Because I'll tell you a little secret: It shouldn't matter what you look like. It shouldn't matter if you are grotesquely deformed, because that fact has no bearing on your ability to function as a person. Our looks do not make us more or less capable. And while intellectually most of us understand this, we still live in a world that demands that we submit; demands that we feed the beauty industry with our self-loathing.

Think about it: If women simply decided that they didn't give a flying f*ck about the conventional aspects of beauty, and decided to let themselves age gracefully rather than chasing eternal youth, the beauty industry would CRUMBLE. There would be no market for pimple creams or wrinkle creams or makeup or cosmetic surgery. There would be no one who believed that there was anything shameful about the natural state of their faces, and therefore would feel no need to fix it.

Because make no mistake: their intentions may seem good now, but Dove still wants you to buy their soap to make your skin smooth, and their lotion to keep it soft, their shampoo to keep your hair vibrant, and their deodorant to keep your armpit hair from growing back too soon. At the end of the day, Dove may be trying to buy some goodwill, but what they really want id\s for you to buy their products.

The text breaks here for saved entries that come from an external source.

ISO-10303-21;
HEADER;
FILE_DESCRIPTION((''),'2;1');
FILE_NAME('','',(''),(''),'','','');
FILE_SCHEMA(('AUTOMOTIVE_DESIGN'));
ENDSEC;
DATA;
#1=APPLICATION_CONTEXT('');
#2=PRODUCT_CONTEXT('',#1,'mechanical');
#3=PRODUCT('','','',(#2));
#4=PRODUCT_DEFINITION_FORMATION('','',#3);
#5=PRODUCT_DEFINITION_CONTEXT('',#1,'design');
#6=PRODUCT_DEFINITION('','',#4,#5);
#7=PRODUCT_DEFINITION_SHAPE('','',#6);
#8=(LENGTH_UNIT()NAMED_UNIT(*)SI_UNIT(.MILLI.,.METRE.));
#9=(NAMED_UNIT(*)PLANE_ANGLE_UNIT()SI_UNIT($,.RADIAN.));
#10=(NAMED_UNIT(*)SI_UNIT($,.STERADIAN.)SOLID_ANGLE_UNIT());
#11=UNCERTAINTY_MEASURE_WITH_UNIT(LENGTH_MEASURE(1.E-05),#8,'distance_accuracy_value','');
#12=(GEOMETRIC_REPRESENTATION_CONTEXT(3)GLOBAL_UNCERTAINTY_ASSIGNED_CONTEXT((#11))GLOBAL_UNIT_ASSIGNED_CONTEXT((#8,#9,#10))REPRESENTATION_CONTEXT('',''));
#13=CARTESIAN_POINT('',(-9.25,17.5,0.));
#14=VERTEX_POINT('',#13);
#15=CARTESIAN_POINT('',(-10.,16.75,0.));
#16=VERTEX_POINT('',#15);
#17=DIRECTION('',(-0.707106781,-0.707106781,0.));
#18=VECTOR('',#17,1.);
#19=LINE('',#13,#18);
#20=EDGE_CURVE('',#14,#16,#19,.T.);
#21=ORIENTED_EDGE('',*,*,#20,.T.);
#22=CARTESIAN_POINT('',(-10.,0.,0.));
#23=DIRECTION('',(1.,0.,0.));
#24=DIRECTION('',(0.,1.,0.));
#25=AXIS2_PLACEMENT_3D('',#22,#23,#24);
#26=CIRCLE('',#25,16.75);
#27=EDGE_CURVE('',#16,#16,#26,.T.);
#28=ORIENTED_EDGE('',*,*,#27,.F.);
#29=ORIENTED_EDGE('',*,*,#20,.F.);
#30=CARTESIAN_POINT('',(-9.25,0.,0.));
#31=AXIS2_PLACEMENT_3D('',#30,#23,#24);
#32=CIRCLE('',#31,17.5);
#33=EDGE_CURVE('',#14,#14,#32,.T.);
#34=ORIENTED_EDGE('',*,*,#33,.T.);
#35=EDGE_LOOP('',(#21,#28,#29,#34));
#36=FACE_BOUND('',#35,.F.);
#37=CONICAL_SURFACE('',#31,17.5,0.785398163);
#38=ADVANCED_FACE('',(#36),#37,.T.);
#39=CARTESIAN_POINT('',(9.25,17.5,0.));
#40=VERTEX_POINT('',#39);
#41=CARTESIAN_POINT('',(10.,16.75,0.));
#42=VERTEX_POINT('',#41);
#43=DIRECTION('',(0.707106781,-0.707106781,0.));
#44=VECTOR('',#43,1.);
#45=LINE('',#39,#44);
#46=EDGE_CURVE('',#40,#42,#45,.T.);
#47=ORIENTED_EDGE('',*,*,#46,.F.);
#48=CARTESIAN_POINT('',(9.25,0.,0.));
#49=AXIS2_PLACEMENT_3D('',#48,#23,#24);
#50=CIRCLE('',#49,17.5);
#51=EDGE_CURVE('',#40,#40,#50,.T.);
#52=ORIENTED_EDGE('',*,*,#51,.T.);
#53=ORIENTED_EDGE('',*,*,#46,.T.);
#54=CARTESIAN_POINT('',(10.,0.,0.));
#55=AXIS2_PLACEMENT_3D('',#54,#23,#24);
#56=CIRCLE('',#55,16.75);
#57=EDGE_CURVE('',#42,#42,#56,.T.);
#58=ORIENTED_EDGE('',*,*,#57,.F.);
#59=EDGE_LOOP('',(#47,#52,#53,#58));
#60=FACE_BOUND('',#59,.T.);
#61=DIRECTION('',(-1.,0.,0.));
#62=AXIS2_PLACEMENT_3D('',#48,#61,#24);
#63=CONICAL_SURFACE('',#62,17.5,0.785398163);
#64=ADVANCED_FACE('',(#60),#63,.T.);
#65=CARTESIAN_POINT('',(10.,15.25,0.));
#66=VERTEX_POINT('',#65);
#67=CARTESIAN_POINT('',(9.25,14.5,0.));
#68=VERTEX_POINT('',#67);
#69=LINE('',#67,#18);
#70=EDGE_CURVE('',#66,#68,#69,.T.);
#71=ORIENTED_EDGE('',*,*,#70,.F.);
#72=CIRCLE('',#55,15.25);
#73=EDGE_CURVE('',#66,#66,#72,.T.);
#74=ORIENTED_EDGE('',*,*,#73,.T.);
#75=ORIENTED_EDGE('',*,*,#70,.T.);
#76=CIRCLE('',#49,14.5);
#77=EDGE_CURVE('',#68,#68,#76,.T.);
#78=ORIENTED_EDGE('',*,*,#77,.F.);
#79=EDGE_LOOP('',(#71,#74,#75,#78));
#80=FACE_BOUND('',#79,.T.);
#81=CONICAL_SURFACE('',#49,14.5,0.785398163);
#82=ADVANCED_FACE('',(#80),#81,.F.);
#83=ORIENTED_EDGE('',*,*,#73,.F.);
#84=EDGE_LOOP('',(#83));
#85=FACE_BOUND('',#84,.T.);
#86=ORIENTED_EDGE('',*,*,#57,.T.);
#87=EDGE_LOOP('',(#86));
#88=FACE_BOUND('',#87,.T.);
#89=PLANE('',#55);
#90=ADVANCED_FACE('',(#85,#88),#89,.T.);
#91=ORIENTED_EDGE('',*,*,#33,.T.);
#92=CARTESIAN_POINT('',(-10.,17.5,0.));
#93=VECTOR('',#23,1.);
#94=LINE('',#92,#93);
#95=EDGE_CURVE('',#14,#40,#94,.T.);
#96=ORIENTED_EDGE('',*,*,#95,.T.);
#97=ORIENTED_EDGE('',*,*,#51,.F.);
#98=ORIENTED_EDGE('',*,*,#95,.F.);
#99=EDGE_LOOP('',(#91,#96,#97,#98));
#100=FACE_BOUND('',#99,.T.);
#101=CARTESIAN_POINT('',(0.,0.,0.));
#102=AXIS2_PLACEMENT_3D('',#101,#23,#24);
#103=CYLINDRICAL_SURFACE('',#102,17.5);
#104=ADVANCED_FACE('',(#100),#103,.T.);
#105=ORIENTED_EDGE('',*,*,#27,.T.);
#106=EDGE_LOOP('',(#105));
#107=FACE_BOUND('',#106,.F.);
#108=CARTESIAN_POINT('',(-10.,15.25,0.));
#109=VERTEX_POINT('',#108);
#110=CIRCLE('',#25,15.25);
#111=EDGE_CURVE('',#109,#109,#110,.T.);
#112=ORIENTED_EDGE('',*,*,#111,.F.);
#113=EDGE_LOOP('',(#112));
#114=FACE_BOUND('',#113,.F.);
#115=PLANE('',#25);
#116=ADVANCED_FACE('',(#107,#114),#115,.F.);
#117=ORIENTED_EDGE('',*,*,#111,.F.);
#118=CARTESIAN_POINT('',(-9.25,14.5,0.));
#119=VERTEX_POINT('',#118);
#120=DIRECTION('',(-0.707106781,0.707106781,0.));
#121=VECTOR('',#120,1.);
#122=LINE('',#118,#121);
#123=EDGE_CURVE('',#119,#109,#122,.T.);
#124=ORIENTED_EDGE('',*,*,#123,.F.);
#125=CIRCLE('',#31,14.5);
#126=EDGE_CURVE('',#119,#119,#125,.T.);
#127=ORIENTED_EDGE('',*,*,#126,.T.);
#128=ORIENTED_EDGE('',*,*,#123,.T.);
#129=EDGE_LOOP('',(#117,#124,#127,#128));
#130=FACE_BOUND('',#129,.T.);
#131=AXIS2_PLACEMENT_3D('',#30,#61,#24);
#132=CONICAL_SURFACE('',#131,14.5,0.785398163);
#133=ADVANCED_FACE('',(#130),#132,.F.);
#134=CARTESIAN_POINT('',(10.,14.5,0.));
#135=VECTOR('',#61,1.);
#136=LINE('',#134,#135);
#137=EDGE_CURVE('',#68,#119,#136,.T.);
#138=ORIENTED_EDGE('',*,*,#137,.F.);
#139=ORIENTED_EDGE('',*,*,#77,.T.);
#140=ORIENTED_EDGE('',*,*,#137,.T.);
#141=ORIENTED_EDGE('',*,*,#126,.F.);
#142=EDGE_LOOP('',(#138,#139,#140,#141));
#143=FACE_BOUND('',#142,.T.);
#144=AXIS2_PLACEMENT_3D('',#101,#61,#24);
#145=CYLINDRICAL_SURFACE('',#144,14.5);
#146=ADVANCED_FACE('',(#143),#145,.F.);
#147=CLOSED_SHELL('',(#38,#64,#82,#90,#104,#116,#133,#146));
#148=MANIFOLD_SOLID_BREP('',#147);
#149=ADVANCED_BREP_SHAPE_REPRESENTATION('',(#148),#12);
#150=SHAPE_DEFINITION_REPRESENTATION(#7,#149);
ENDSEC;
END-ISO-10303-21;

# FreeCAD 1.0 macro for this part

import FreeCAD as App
import Part
import Sketcher

V = App.Vector


def edges_at(feature, points):
    """Names of the edges that pass closest to the given points."""
    edges = feature.Shape.Edges
    near = lambda p: min(range(len(edges)), key=lambda i: edges[i].distToShape(Part.Vertex(*p))[0])
    return sorted({f"Edge{near(p) + 1}" for p in points})

doc = App.newDocument("Part")
params = doc.addObject("Spreadsheet::Sheet", "Params")
for row, (alias, value) in enumerate([
    ("sketch1_diameter", "35 mm"),
    ("sketch1_diameter2", "29 mm"),
    ("pad1_length", "20 mm"),
    ("chamfer_size", "0.75 mm"),
], start=1):
    params.set(f"A{row}", alias)
    params.set(f"B{row}", "=" + value)
    params.setAlias(f"B{row}", alias)

body = doc.addObject("PartDesign::Body", "Body")

# Sketch on YZ plane
sketch1 = doc.addObject("Sketcher::SketchObject", "Sketch")
body.addObject(sketch1)
sketch1.AttachmentSupport = (doc.YZ_Plane, [""])
sketch1.MapMode = "FlatFace"
sketch1.addGeometry([
    Part.Circle(V(0, 0, 0), V(0, 0, 1), 18),
    Part.Circle(V(0, 0, 0), V(0, 0, 1), 14),
], False)
sketch1.addConstraint([
    Sketcher.Constraint("Coincident", 0, 3, -1, 1),
    Sketcher.Constraint("Coincident", 1, 3, -1, 1),
    Sketcher.Constraint("Diameter", 0, 35.0),
    Sketcher.Constraint("Diameter", 1, 29.0),
])
sketch1.setExpression("Constraints[2]", "Params.sketch1_diameter")
sketch1.setExpression("Constraints[3]", "Params.sketch1_diameter2")
pad1 = doc.addObject("PartDesign::Pad", "Pad")
body.addObject(pad1)
pad1.Profile = sketch1
pad1.setExpression("Length", "Params.pad1_length")
pad1.Midplane = True
doc.recompute()

chamfer = doc.addObject("PartDesign::Chamfer", "Chamfer")
body.addObject(chamfer)
chamfer.Base = (pad1, edges_at(pad1, [
    (-10, -17.5, 0),
    (10, -17.5, 0),
    (10, -14.5, 0),
    (-10, -14.5, 0),
]))
chamfer.setExpression("Size", "Params.chamfer_size")

doc.recompute()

And none of that even touches on the fact that Dove is owned by Unilever, the company that also owns Axe; a brand that has single-handedly flooded the market with some of the most misogynistic, anti-feminist, and sexist campaigns ever seen in advertising.

But the real problem with these sketches is the same one that existed with the "Real Women" campaign last year. The impossible standards of beauty that women are expected to live up to are are a real issue, but Dove is approaching a solution to the problem all wrong. Rather than working to expand the narrow definition of beauty that exists, Dove is trying to convince women that they already fall within those boundaries, and therefore have nothing to worry about; it's the marketing equivalent of "You TOTALLY look like Giselle Bunchën!" It's a poor salve to a third degree burn.

I appreciate Dove's efforts to tackle this problem with sincerity  but the fact remains that confronting this issue head on would mean taking a hit to their bottom line. If women finally understood that not only were they already beautiful, but that they didn't even really need to care if they were, what need would they have for Dove?

And therein lies the eternal conflict.